What is being asked:
Once you reach the line containing "f 583 492 553" in the entries below, write out that line and each one after it down to the line containing "72.3170746231), (94.8314886751, 68.58))", exactly and with nothing added.

++++ Data for the task

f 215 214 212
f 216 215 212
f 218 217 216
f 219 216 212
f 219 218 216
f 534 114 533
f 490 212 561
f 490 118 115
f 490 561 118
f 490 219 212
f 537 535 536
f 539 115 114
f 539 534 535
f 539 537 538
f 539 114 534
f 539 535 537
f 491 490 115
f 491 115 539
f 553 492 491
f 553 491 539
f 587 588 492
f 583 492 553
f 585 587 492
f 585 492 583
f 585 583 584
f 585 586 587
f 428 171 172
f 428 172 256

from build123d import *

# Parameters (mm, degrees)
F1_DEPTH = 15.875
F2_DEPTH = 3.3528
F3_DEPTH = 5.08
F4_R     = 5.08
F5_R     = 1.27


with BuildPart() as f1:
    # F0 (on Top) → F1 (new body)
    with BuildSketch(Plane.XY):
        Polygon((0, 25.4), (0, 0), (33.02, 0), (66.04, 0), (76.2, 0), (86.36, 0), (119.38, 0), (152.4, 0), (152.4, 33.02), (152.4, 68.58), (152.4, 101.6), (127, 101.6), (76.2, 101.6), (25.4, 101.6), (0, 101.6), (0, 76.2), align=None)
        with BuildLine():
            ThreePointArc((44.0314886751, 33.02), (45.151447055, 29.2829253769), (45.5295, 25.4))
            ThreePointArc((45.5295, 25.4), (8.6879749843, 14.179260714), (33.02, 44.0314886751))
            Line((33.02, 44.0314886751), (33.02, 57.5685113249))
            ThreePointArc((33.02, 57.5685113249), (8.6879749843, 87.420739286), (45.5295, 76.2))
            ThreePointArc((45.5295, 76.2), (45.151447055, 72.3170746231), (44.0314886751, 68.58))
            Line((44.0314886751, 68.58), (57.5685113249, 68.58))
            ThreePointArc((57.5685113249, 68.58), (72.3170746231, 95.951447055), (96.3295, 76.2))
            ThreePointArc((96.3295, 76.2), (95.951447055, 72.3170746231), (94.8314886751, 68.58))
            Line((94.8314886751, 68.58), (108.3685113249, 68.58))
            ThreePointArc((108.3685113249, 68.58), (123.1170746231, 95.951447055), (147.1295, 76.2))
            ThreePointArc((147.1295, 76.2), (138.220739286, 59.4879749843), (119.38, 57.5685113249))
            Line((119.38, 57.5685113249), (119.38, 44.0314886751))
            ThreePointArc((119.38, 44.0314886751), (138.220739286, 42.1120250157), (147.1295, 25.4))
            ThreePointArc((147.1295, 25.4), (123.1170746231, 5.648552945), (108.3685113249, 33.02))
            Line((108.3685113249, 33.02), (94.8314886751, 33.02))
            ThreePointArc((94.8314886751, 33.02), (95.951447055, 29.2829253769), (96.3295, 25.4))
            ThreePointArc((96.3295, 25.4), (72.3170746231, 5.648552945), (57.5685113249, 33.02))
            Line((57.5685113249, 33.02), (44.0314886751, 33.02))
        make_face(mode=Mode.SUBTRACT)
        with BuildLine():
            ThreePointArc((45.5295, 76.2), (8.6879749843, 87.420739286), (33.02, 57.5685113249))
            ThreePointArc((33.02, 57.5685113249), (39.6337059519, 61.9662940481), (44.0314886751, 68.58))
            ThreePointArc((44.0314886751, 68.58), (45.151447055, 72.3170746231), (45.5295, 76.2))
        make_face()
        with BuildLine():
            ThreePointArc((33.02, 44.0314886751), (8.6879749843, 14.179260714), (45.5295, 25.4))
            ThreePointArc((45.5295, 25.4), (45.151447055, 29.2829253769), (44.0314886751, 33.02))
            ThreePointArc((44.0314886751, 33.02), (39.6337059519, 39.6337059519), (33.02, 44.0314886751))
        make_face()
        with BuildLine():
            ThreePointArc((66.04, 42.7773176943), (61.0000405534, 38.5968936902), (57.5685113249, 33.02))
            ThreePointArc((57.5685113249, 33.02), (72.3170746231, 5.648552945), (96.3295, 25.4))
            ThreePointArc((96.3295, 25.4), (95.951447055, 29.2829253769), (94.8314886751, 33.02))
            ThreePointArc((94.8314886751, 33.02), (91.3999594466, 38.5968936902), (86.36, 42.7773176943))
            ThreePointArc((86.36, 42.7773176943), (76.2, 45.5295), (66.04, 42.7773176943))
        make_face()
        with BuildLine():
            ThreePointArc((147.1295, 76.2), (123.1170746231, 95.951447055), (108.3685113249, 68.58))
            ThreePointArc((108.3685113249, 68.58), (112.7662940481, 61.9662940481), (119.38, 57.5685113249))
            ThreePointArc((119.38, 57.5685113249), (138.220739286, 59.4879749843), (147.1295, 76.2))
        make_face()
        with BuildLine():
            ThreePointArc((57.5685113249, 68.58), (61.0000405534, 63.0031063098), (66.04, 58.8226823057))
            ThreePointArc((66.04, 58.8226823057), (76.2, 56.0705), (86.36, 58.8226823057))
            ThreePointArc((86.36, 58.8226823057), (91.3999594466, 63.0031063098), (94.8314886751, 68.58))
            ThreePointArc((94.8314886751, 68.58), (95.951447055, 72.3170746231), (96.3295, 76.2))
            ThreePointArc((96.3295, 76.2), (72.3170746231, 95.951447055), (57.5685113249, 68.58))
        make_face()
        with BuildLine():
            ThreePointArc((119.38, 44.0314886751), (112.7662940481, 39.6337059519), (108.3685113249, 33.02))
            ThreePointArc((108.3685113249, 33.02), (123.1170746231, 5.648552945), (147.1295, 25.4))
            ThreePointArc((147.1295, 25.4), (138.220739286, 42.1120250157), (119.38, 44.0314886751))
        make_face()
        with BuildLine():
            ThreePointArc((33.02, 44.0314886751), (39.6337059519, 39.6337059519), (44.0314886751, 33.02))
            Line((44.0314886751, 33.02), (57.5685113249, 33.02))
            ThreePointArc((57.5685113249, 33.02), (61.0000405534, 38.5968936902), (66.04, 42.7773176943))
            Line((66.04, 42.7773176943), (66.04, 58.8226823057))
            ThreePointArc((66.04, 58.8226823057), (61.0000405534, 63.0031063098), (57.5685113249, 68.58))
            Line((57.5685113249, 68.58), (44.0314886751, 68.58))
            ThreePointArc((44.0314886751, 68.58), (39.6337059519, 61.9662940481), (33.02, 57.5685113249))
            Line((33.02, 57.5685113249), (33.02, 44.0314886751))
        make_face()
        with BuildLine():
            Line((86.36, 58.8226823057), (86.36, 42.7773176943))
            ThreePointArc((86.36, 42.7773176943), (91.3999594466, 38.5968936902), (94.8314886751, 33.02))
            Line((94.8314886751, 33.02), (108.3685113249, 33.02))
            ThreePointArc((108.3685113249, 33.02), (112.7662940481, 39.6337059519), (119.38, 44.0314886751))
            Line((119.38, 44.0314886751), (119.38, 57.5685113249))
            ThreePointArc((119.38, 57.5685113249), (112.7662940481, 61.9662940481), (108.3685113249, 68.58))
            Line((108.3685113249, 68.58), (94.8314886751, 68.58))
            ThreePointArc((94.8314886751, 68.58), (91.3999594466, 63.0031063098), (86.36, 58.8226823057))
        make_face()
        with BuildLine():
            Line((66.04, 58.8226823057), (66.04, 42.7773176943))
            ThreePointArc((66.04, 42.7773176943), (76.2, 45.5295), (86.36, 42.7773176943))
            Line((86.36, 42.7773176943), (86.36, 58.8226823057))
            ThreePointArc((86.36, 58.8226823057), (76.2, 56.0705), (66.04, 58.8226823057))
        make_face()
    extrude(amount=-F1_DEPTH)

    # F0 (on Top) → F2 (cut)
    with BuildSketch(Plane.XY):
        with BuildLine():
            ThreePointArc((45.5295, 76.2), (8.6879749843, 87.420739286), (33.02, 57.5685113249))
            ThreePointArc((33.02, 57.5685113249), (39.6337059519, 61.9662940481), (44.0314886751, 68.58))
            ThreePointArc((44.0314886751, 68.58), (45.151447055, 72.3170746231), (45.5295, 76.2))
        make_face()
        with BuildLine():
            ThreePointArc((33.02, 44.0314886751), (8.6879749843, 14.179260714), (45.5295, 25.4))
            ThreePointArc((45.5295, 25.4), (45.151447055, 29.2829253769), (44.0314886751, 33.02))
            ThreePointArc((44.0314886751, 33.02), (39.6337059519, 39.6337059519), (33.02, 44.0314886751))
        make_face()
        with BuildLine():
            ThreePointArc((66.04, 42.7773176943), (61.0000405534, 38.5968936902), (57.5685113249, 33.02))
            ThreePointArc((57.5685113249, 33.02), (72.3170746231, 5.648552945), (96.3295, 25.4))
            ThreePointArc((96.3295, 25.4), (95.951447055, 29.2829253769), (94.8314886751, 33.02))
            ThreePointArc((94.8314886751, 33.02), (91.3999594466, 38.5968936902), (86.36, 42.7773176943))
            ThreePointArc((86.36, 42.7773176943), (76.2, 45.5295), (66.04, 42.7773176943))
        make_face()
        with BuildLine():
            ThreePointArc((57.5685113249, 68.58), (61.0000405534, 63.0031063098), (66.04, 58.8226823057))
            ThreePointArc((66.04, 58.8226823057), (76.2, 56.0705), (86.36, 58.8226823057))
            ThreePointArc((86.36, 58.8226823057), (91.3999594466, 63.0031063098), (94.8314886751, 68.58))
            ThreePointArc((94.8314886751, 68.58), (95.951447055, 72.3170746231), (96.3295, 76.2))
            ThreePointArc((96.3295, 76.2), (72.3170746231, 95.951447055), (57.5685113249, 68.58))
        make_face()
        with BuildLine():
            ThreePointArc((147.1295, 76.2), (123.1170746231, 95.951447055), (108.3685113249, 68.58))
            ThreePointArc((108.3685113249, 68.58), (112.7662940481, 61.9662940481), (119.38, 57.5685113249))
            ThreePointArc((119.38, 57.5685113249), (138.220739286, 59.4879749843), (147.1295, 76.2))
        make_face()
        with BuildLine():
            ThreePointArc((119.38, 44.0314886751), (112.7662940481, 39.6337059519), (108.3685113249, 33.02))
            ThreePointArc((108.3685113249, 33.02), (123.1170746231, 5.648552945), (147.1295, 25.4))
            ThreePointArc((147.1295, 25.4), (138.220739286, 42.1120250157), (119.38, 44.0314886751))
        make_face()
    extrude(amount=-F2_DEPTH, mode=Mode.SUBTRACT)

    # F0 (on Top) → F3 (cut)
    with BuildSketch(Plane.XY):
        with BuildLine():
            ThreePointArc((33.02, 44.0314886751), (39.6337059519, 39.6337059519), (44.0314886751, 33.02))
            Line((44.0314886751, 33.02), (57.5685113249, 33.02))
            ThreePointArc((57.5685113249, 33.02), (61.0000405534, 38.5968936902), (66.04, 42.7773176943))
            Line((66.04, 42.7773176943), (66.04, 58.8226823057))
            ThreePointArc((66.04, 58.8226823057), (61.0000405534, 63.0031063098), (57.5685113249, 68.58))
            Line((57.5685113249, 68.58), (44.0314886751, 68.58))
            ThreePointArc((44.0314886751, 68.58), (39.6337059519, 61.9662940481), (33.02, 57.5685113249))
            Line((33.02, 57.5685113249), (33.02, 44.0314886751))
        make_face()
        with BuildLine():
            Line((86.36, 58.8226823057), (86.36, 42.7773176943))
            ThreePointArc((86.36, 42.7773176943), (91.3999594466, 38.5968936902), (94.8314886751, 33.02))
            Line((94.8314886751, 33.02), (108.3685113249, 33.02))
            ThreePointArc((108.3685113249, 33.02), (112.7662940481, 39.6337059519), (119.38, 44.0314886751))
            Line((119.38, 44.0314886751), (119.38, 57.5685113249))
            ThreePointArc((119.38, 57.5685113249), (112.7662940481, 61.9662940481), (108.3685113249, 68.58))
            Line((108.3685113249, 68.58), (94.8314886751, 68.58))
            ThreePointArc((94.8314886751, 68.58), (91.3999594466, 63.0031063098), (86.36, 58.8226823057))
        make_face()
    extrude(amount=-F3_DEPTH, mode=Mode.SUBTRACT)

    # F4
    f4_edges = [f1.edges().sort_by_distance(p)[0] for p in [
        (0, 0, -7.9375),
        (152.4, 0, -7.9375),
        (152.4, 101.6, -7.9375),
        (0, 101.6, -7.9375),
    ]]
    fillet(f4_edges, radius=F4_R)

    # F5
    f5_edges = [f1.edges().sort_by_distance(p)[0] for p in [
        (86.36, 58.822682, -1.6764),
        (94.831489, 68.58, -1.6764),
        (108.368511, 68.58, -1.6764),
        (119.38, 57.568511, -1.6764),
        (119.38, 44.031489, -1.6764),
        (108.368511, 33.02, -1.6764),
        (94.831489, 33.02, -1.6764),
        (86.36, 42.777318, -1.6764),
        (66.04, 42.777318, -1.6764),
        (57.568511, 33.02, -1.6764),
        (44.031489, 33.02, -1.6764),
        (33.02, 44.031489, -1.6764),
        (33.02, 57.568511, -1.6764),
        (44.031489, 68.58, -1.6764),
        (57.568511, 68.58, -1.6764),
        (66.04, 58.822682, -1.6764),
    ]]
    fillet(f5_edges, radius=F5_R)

++++++++

Task response:
f 583 492 553
f 585 587 492
f 585 492 583
f 585 583 584
f 585 586 587
f 428 171 172
f 428 172 256

from build123d import *

# Parameters (mm, degrees)
F1_DEPTH = 15.875
F2_DEPTH = 3.3528
F3_DEPTH = 5.08
F4_R     = 5.08
F5_R     = 1.27


with BuildPart() as f1:
    # F0 (on Top) → F1 (new body)
    with BuildSketch(Plane.XY):
        Polygon((0, 25.4), (0, 0), (33.02, 0), (66.04, 0), (76.2, 0), (86.36, 0), (119.38, 0), (152.4, 0), (152.4, 33.02), (152.4, 68.58), (152.4, 101.6), (127, 101.6), (76.2, 101.6), (25.4, 101.6), (0, 101.6), (0, 76.2), align=None)
        with BuildLine():
            ThreePointArc((44.0314886751, 33.02), (45.151447055, 29.2829253769), (45.5295, 25.4))
            ThreePointArc((45.5295, 25.4), (8.6879749843, 14.179260714), (33.02, 44.0314886751))
            Line((33.02, 44.0314886751), (33.02, 57.5685113249))
            ThreePointArc((33.02, 57.5685113249), (8.6879749843, 87.420739286), (45.5295, 76.2))
            ThreePointArc((45.5295, 76.2), (45.151447055, 72.3170746231), (44.0314886751, 68.58))
            Line((44.0314886751, 68.58), (57.5685113249, 68.58))
            ThreePointArc((57.5685113249, 68.58), (72.3170746231, 95.951447055), (96.3295, 76.2))
            ThreePointArc((96.3295, 76.2), (95.951447055, 72.3170746231), (94.8314886751, 68.58))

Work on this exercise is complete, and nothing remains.